* [Problem statement] Start at the line in the entries below that contains "f 591 590 468", stop at the line that contains "Rectangle(SKETCH6_OUTSIDE_W, SKETCH6_OUTSIDE_H)", and output exactly the lines in that span, both ends included.

* [Records for the exercise]
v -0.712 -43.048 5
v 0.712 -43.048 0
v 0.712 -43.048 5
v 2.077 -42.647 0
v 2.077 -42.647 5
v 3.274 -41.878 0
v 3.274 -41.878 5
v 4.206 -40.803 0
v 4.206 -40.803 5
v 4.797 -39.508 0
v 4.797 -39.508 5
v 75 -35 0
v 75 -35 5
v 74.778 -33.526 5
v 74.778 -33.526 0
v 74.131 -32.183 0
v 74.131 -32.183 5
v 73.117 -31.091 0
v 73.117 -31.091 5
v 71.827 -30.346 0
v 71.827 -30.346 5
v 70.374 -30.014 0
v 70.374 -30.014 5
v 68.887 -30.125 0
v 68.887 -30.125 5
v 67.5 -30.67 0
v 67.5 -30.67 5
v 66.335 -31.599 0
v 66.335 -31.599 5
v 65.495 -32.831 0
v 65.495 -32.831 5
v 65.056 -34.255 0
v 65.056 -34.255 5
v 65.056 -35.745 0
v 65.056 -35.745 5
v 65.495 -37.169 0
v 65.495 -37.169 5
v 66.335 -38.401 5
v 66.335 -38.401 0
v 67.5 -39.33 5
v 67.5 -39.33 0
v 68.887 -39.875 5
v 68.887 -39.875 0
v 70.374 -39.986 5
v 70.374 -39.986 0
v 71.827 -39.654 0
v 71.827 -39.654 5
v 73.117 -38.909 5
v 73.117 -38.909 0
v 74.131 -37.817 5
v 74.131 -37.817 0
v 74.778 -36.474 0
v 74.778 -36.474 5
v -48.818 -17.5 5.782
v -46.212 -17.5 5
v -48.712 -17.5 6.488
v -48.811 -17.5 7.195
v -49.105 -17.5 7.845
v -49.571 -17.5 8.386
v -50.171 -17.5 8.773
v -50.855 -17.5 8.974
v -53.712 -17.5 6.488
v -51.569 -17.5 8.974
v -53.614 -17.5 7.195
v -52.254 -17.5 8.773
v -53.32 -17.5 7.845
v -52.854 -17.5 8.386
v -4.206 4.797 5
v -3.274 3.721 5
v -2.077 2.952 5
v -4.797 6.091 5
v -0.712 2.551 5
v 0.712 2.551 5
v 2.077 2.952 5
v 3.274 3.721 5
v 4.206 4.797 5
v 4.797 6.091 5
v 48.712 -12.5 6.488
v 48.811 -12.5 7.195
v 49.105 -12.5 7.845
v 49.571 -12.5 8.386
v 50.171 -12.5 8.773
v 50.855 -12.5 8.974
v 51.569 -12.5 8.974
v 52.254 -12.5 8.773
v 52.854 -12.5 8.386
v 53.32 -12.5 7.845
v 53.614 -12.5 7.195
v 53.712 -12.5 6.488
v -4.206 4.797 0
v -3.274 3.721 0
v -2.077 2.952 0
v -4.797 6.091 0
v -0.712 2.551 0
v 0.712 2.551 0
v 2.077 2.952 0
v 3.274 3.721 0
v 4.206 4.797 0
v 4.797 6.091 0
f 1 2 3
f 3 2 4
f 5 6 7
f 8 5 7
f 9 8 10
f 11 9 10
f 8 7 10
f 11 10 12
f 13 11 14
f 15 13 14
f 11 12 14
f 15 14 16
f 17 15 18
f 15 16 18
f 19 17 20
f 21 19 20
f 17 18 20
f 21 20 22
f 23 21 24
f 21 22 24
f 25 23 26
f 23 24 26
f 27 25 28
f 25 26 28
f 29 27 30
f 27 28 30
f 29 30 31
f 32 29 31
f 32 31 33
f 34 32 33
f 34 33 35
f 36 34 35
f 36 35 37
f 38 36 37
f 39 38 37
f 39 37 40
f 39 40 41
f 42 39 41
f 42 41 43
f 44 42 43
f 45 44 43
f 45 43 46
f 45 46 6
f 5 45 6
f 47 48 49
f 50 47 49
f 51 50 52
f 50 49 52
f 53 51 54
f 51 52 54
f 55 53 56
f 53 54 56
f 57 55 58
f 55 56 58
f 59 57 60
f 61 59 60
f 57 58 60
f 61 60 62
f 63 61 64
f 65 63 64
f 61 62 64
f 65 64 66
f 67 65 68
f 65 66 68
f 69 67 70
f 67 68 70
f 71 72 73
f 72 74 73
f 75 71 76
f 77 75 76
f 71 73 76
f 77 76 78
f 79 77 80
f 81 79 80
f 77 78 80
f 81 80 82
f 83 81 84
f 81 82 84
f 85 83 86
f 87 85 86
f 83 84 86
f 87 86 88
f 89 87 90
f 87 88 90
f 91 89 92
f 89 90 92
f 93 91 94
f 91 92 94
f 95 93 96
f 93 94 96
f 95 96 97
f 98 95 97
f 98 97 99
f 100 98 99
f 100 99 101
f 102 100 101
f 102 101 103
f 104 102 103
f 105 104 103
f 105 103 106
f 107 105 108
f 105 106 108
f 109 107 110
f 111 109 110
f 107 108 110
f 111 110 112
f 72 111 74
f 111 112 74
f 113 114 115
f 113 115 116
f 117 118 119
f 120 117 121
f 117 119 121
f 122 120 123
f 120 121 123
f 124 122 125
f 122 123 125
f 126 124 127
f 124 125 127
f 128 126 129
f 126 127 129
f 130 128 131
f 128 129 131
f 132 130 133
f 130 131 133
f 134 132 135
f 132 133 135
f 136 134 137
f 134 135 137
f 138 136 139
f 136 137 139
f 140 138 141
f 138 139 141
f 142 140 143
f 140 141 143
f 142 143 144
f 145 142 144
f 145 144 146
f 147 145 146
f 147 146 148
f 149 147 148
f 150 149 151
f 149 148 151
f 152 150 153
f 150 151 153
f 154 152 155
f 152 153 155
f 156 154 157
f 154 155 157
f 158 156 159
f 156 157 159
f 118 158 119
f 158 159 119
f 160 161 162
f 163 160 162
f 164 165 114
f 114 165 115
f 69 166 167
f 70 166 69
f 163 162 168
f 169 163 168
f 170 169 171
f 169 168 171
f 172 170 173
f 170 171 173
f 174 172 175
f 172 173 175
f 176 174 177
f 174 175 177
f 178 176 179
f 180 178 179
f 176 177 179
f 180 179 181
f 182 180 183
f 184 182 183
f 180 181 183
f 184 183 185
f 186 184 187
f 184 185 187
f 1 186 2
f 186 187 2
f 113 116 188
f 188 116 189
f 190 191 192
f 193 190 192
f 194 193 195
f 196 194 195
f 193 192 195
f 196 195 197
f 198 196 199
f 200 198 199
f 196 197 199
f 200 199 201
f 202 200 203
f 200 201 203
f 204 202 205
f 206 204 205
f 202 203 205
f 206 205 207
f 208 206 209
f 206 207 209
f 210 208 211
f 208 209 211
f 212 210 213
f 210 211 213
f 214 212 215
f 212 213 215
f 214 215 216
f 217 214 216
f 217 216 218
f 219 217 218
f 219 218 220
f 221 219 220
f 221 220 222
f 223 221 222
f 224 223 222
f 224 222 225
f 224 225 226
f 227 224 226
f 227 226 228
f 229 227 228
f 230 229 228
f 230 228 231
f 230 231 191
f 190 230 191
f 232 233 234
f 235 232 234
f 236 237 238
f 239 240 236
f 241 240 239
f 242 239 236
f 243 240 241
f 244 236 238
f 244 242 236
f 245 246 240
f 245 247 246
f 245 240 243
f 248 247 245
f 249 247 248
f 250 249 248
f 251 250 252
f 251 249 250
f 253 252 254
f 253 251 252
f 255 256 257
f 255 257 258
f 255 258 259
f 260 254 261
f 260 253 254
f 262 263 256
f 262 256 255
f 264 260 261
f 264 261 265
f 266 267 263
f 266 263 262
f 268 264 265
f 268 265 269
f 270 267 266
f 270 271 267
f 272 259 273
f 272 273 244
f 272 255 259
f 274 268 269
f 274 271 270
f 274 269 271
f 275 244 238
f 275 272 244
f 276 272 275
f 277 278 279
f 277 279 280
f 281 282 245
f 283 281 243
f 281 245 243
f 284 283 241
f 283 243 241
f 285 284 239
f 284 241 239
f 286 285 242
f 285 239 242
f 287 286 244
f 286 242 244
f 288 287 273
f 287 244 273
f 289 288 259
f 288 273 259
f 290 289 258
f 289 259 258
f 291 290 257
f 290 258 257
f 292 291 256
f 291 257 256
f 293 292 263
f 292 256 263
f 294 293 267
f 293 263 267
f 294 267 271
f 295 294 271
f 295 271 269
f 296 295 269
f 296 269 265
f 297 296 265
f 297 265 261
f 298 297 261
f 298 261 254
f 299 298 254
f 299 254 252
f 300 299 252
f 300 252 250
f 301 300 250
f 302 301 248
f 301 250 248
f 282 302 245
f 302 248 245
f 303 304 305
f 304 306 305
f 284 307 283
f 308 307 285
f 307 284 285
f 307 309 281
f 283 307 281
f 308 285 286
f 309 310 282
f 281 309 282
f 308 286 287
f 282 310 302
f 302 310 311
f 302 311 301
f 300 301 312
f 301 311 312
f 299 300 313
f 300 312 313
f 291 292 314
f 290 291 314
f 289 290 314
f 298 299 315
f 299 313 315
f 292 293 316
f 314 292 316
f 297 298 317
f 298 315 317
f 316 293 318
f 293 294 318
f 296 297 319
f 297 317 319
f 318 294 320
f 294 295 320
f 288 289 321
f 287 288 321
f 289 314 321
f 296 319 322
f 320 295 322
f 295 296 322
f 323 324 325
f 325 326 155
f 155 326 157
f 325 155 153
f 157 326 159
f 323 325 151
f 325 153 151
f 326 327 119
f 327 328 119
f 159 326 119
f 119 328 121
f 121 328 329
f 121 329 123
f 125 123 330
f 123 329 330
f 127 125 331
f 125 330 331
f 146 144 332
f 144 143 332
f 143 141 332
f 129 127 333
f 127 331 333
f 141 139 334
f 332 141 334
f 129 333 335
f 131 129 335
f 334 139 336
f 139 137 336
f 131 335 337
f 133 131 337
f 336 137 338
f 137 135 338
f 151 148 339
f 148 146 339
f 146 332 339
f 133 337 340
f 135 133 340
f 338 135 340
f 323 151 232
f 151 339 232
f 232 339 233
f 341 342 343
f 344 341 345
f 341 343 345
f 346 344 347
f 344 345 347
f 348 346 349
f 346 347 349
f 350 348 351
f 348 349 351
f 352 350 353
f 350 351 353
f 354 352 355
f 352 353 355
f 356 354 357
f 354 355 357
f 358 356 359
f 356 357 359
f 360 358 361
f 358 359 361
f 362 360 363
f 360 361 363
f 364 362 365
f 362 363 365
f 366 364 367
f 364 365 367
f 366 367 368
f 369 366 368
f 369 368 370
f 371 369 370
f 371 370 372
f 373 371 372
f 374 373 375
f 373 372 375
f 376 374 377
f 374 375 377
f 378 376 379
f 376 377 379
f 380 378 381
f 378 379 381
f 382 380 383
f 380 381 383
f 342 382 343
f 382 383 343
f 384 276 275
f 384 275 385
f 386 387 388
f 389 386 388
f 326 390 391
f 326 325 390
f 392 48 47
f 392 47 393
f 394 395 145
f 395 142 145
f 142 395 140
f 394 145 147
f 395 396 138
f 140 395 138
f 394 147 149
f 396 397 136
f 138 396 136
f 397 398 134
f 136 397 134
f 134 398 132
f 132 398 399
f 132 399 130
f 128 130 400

* * *

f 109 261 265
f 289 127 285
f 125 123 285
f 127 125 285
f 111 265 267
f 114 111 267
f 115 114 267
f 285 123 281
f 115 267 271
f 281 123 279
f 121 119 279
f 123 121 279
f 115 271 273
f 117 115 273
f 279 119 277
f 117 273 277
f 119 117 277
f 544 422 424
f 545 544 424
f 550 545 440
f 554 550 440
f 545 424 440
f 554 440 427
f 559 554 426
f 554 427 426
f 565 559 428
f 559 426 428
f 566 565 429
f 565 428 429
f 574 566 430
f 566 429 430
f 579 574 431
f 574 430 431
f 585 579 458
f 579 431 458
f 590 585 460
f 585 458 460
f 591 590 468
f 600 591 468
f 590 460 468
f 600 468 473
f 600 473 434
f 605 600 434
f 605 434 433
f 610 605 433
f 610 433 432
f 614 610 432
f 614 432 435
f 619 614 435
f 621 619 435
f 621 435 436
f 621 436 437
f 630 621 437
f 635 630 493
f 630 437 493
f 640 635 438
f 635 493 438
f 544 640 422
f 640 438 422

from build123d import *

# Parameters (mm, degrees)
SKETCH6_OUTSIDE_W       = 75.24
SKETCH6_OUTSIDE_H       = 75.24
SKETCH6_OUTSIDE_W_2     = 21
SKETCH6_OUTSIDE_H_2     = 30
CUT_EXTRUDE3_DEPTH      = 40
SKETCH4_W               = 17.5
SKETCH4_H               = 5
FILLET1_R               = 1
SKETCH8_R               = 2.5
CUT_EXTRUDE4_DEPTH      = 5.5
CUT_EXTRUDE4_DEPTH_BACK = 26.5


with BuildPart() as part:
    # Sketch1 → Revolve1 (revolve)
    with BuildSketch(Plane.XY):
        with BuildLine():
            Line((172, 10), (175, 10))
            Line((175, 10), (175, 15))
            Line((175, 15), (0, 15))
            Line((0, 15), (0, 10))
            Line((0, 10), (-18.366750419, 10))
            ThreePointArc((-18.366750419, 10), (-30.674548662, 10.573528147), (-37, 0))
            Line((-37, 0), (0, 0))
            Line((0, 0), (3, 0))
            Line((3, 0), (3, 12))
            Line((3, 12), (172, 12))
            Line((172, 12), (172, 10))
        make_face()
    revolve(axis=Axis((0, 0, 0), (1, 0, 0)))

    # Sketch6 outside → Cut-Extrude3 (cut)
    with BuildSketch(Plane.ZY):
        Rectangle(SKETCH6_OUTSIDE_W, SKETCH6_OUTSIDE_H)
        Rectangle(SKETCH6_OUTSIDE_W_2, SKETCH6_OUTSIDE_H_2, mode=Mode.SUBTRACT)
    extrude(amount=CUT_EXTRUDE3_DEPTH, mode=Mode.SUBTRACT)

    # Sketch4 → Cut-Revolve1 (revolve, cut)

* [Your response]
f 591 590 468
f 600 591 468
f 590 460 468
f 600 468 473
f 600 473 434
f 605 600 434
f 605 434 433
f 610 605 433
f 610 433 432
f 614 610 432
f 614 432 435
f 619 614 435
f 621 619 435
f 621 435 436
f 621 436 437
f 630 621 437
f 635 630 493
f 630 437 493
f 640 635 438
f 635 493 438
f 544 640 422
f 640 438 422

from build123d import *

# Parameters (mm, degrees)
SKETCH6_OUTSIDE_W       = 75.24
SKETCH6_OUTSIDE_H       = 75.24
SKETCH6_OUTSIDE_W_2     = 21
SKETCH6_OUTSIDE_H_2     = 30
CUT_EXTRUDE3_DEPTH      = 40
SKETCH4_W               = 17.5
SKETCH4_H               = 5
FILLET1_R               = 1
SKETCH8_R               = 2.5
CUT_EXTRUDE4_DEPTH      = 5.5
CUT_EXTRUDE4_DEPTH_BACK = 26.5


with BuildPart() as part:
    # Sketch1 → Revolve1 (revolve)
    with BuildSketch(Plane.XY):
        with BuildLine():
            Line((172, 10), (175, 10))
            Line((175, 10), (175, 15))
            Line((175, 15), (0, 15))
            Line((0, 15), (0, 10))
            Line((0, 10), (-18.366750419, 10))
            ThreePointArc((-18.366750419, 10), (-30.674548662, 10.573528147), (-37, 0))
            Line((-37, 0), (0, 0))
            Line((0, 0), (3, 0))
            Line((3, 0), (3, 12))
            Line((3, 12), (172, 12))
            Line((172, 12), (172, 10))
        make_face()
    revolve(axis=Axis((0, 0, 0), (1, 0, 0)))

    # Sketch6 outside → Cut-Extrude3 (cut)
    with BuildSketch(Plane.ZY):
        Rectangle(SKETCH6_OUTSIDE_W, SKETCH6_OUTSIDE_H)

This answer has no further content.